J.2. Meta-Analysis. Five different studies examine the relationship between neighborhood type (Urban/Suburban/Rural) and health outcome (Healthy/Chronic Condition). Each reports:
| Study | $n$ | $\chi^2$ | $df$ | $p$ | $V$ |
|---|---|---|---|---|---|
| A | 200 | 3.8 | 2 | 0.150 | 0.14 |
| B | 500 | 12.5 | 2 | 0.002 | 0.16 |
| C | 150 | 2.1 | 2 | 0.350 | 0.12 |
| D | 1000 | 28.0 | 2 | <0.001 | 0.17 |
| E | 300 | 5.4 | 2 | 0.067 | 0.13 |
(a) Which studies reached statistical significance at $\alpha = 0.05$?
(b) Despite differing conclusions about significance, what do the Cramer's V values suggest about the consistency of the effect?
(c) Why do some studies reach significance while others don't, even though the effect sizes are similar?
(d) A policymaker reads Studies A, C, and E and concludes "neighborhood type doesn't affect health." A different policymaker reads Studies B and D and concludes "it does." Who's right? What would you advise?
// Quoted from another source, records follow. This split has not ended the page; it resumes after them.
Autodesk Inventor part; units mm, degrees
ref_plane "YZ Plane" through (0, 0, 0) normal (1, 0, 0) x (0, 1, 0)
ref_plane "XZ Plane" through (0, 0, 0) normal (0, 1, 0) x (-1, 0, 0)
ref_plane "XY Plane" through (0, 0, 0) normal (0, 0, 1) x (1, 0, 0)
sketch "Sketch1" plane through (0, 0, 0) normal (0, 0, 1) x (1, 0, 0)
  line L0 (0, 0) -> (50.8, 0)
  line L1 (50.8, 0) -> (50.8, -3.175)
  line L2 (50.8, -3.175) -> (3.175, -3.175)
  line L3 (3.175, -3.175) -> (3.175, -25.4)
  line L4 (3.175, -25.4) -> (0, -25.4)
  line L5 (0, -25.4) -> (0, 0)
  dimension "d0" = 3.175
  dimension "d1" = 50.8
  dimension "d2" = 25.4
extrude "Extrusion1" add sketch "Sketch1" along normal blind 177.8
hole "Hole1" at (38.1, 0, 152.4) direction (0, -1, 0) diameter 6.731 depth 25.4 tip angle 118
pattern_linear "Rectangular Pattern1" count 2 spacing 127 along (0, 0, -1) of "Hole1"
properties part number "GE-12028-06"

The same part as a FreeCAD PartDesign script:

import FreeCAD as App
import Part
import Sketcher
from FreeCAD import Vector
Q = App.Units.Quantity

doc = App.newDocument("Part")
body = doc.addObject("PartDesign::Body", "Body")

sketch1 = doc.addObject("Sketcher::SketchObject", "Sketch")
body.addObject(sketch1)
sketch1.AttachmentSupport = (doc.XY_Plane, [""])
sketch1.MapMode = "FlatFace"
sketch1.addGeometry([
    Part.LineSegment(Vector(50.8, 0, 0), Vector(0, 0, 0)),
    Part.LineSegment(Vector(0, 0, 0), Vector(0, -25.4, 0)),
    Part.LineSegment(Vector(0, -25.4, 0), Vector(3.175, -25.4, 0)),
    Part.LineSegment(Vector(3.175, -25.4, 0), Vector(3.175, -3.175, 0)),
    Part.LineSegment(Vector(3.175, -3.175, 0), Vector(50.8, -3.175, 0)),
    Part.LineSegment(Vector(50.8, -3.175, 0), Vector(50.8, 0, 0)),
], False)
sketch1.addConstraint([
    Sketcher.Constraint("Coincident", 0, 2, 1, 1),
    Sketcher.Constraint("Coincident", 1, 2, 2, 1),
    Sketcher.Constraint("Coincident", 2, 2, 3, 1),
    Sketcher.Constraint("Coincident", 3, 2, 4, 1),
    Sketcher.Constraint("Coincident", 4, 2, 5, 1),
    Sketcher.Constraint("Coincident", 5, 2, 0, 1),
    Sketcher.Constraint("Horizontal", 0),
    Sketcher.Constraint("Vertical", 1),
    Sketcher.Constraint("Horizontal", 2),
    Sketcher.Constraint("Vertical", 3),
    Sketcher.Constraint("Horizontal", 4),
    Sketcher.Constraint("Vertical", 5),
    Sketcher.Constraint("Coincident", 0, 2, -1, 1),
    Sketcher.Constraint("Equal", 2, 5),
    Sketcher.Constraint("DistanceX", 0, 2, 0, 1, Q("2 in")),
    Sketcher.Constraint("DistanceY", 1, 2, 1, 1, Q("1 in")),
    Sketcher.Constraint("DistanceX", 2, 1, 2, 2, Q("0.125 in")),
])
pad1 = doc.addObject("PartDesign::Pad", "Pad")
body.addObject(pad1)
pad1.Profile = sketch1
pad1.Length = Q("7 in")

sketch2 = doc.addObject("Sketcher::SketchObject", "Sketch001")
body.addObject(sketch2)
sketch2.AttachmentSupport = (doc.XZ_Plane, [""])
sketch2.MapMode = "FlatFace"
sketch2.addGeometry(Part.Circle(Vector(38.1, 152.4, 0), Vector(0, 0, 1), 3.3655), False)
sketch2.addConstraint([
    Sketcher.Constraint("Diameter", 0, Q("0.265 in")),
    Sketcher.Constraint("DistanceY", -1, 1, 0, 3, Q("6 in")),
    Sketcher.Constraint("DistanceX", -1, 1, 0, 3, Q("1.5 in")),
])
doc.recompute()
hole = doc.addObject("PartDesign::Hole", "Hole")
body.addObject(hole)
hole.Profile = sketch2
hole.ThreadType = "None"
hole.Diameter = Q("0.265 in")
hole.DepthType = "Dimension"
hole.Depth = Q("1 in")
hole.DrillPoint = "Angled"
hole.DrillPointAngle = 118
hole.Reversed = True
doc.recompute()

linearpattern = doc.addObject("PartDesign::LinearPattern", "LinearPattern")
body.addObject(linearpattern)
linearpattern.Originals = [hole]
linearpattern.Direction = (doc.Z_Axis, [""])
linearpattern.Mode = "offset"
linearpattern.Offset = Q("5 in")
linearpattern.Occurrences = 2
linearpattern.Reversed = True
body.Tip = linearpattern

doc.recompute()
J.3. Ethics of Classification. An AI company builds a content moderation algorithm that classifies posts into categories: Hate Speech, Misinformation, Spam, and Clean. They test whether the algorithm's classifications are independent of the poster's demographic group.
(a) What are the ethical implications if the chi-square test is significant (i.e., classification is not independent of demographic group)?
(b) What if the test is non-significant? Does that guarantee fairness?
(c) How might Cramer's V help in this context? What level of $V$ would be concerning?
(d) What standardized residual pattern would be most alarming? (Hint: think about which cell — which combination of demographic group and classification — represents the worst outcome for affected users.)
(e) Connect this to Professor Washington's work in earlier chapters. How does this scenario relate to algorithmic bias?
Part K: Quick Checks ⭐
K.1. A chi-square test of independence yields $\chi^2 = 3.84$ with $df = 1$. Is this significant at $\alpha = 0.05$? (Hint: the critical value for $\chi^2$ with $df = 1$ at $\alpha = 0.05$ is 3.841.)
K.2. For a $5 \times 3$ contingency table, how many degrees of freedom does the test of independence have?
K.3. A goodness-of-fit test with 6 categories and $n = 120$ produces expected frequencies of 20 each. Are the conditions met?
K.4. A researcher reports Cramer's V = 0.42 for a $3 \times 4$ table. How would you describe the strength of this association?
K.5. Can you use a chi-square test to determine whether a student's GPA (measured as a continuous variable from 0.0 to 4.0) is related to their major? Why or why not? What modification would make this possible?